» EXERCISE:
Extract from the entries below, exactly as given, only the lines from the line containing "f 266 265 267" to the line containing "f 353 355 356", both lines included.

↓↓↓

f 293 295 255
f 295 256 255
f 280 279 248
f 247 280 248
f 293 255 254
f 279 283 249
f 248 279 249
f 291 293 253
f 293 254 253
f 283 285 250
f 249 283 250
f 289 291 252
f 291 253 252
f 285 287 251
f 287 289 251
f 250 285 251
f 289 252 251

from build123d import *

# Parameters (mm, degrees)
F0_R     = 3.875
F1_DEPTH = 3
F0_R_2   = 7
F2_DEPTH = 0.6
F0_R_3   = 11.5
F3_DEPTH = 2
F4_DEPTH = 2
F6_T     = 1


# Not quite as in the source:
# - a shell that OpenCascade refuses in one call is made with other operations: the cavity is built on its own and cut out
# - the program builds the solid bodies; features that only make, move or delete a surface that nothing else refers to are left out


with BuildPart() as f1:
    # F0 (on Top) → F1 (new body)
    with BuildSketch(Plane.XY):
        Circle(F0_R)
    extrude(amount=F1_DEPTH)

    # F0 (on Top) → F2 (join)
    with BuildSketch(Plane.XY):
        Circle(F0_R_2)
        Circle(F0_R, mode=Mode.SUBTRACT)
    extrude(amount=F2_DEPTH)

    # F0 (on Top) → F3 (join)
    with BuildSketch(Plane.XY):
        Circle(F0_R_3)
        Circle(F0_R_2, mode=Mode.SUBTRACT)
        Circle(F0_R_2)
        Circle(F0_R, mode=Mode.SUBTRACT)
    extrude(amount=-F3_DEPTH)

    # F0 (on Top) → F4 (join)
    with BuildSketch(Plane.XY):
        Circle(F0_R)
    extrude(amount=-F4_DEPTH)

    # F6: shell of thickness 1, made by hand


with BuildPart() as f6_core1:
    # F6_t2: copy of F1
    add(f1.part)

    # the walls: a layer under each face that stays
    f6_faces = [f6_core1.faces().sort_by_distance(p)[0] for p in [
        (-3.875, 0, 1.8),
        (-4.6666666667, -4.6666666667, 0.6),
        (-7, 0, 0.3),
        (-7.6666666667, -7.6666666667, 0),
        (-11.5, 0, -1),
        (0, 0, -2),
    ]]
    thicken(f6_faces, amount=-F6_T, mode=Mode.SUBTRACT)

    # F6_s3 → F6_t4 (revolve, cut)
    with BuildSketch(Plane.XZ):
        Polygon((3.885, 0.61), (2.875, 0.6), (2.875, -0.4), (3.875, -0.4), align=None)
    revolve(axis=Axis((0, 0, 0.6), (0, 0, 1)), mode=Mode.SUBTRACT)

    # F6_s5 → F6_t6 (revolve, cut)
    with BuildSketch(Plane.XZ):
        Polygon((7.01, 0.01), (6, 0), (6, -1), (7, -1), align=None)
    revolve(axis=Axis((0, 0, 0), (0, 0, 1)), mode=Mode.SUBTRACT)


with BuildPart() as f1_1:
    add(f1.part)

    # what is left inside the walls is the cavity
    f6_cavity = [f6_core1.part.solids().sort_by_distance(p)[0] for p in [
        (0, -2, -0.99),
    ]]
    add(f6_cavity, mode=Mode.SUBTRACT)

↑↑↑
↓↓↓

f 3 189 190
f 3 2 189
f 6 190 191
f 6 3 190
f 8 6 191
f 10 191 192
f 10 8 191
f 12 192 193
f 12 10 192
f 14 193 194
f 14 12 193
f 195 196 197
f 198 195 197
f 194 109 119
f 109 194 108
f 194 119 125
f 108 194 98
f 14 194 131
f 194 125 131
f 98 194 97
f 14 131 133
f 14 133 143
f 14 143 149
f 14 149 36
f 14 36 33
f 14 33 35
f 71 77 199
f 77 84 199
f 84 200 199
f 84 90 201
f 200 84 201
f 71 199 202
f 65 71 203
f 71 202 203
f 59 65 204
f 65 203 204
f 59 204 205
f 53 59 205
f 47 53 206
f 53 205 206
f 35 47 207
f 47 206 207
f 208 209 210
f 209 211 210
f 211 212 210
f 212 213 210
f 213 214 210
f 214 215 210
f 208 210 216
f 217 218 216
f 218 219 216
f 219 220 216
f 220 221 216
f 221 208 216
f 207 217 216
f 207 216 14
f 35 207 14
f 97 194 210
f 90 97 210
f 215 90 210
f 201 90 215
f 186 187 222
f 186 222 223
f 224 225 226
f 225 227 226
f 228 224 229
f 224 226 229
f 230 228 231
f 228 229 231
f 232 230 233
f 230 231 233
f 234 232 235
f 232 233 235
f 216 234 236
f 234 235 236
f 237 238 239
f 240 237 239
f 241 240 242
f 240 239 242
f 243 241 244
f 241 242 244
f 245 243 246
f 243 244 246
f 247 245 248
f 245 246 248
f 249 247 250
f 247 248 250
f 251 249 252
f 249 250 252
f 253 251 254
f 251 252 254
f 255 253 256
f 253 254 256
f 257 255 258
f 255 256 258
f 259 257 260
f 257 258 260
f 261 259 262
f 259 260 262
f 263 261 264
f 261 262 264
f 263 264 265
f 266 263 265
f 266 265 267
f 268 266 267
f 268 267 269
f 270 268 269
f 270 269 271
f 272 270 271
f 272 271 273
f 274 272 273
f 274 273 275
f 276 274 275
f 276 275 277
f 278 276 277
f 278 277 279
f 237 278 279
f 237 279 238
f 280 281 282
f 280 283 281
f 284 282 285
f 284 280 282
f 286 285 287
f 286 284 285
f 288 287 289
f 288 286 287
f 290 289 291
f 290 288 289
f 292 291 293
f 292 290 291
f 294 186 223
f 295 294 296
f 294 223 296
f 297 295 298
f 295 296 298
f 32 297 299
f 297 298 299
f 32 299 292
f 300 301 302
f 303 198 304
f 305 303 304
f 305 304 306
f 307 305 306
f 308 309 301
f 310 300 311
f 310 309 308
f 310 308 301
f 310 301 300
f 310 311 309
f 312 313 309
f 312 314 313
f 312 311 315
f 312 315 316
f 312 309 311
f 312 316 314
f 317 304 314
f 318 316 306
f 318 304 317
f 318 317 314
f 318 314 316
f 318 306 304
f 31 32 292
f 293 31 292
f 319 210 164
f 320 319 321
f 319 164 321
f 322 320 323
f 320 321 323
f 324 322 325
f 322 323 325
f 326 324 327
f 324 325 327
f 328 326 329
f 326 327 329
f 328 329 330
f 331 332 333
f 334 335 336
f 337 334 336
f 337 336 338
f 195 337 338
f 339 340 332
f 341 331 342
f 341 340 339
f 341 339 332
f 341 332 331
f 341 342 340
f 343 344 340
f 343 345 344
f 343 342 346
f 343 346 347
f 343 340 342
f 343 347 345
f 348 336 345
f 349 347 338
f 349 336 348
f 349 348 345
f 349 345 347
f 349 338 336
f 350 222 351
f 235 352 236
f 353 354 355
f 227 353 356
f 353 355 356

↑↑↑

» YOUR SOLUTION:
f 266 265 267
f 268 266 267
f 268 267 269
f 270 268 269
f 270 269 271
f 272 270 271
f 272 271 273
f 274 272 273
f 274 273 275
f 276 274 275
f 276 275 277
f 278 276 277
f 278 277 279
f 237 278 279
f 237 279 238
f 280 281 282
f 280 283 281
f 284 282 285
f 284 280 282
f 286 285 287
f 286 284 285
f 288 287 289
f 288 286 287
f 290 289 291
f 290 288 289
f 292 291 293
f 292 290 291
f 294 186 223
f 295 294 296
f 294 223 296
f 297 295 298
f 295 296 298
f 32 297 299
f 297 298 299
f 32 299 292
f 300 301 302
f 303 198 304
f 305 303 304
f 305 304 306
f 307 305 306
f 308 309 301
f 310 300 311
f 310 309 308
f 310 308 301
f 310 301 300
f 310 311 309
f 312 313 309
f 312 314 313
f 312 311 315
f 312 315 316
f 312 309 311
f 312 316 314
f 317 304 314
f 318 316 306
f 318 304 317
f 318 317 314
f 318 314 316
f 318 306 304
f 31 32 292
f 293 31 292
f 319 210 164
f 320 319 321
f 319 164 321
f 322 320 323
f 320 321 323
f 324 322 325
f 322 323 325
f 326 324 327
f 324 325 327
f 328 326 329
f 326 327 329
f 328 329 330
f 331 332 333
f 334 335 336
f 337 334 336
f 337 336 338
f 195 337 338
f 339 340 332
f 341 331 342
f 341 340 339
f 341 339 332
f 341 332 331
f 341 342 340
f 343 344 340
f 343 345 344
f 343 342 346
f 343 346 347
f 343 340 342
f 343 347 345
f 348 336 345
f 349 347 338
f 349 336 348
f 349 348 345
f 349 345 347
f 349 338 336
f 350 222 351
f 235 352 236
f 353 354 355
f 227 353 356
f 353 355 356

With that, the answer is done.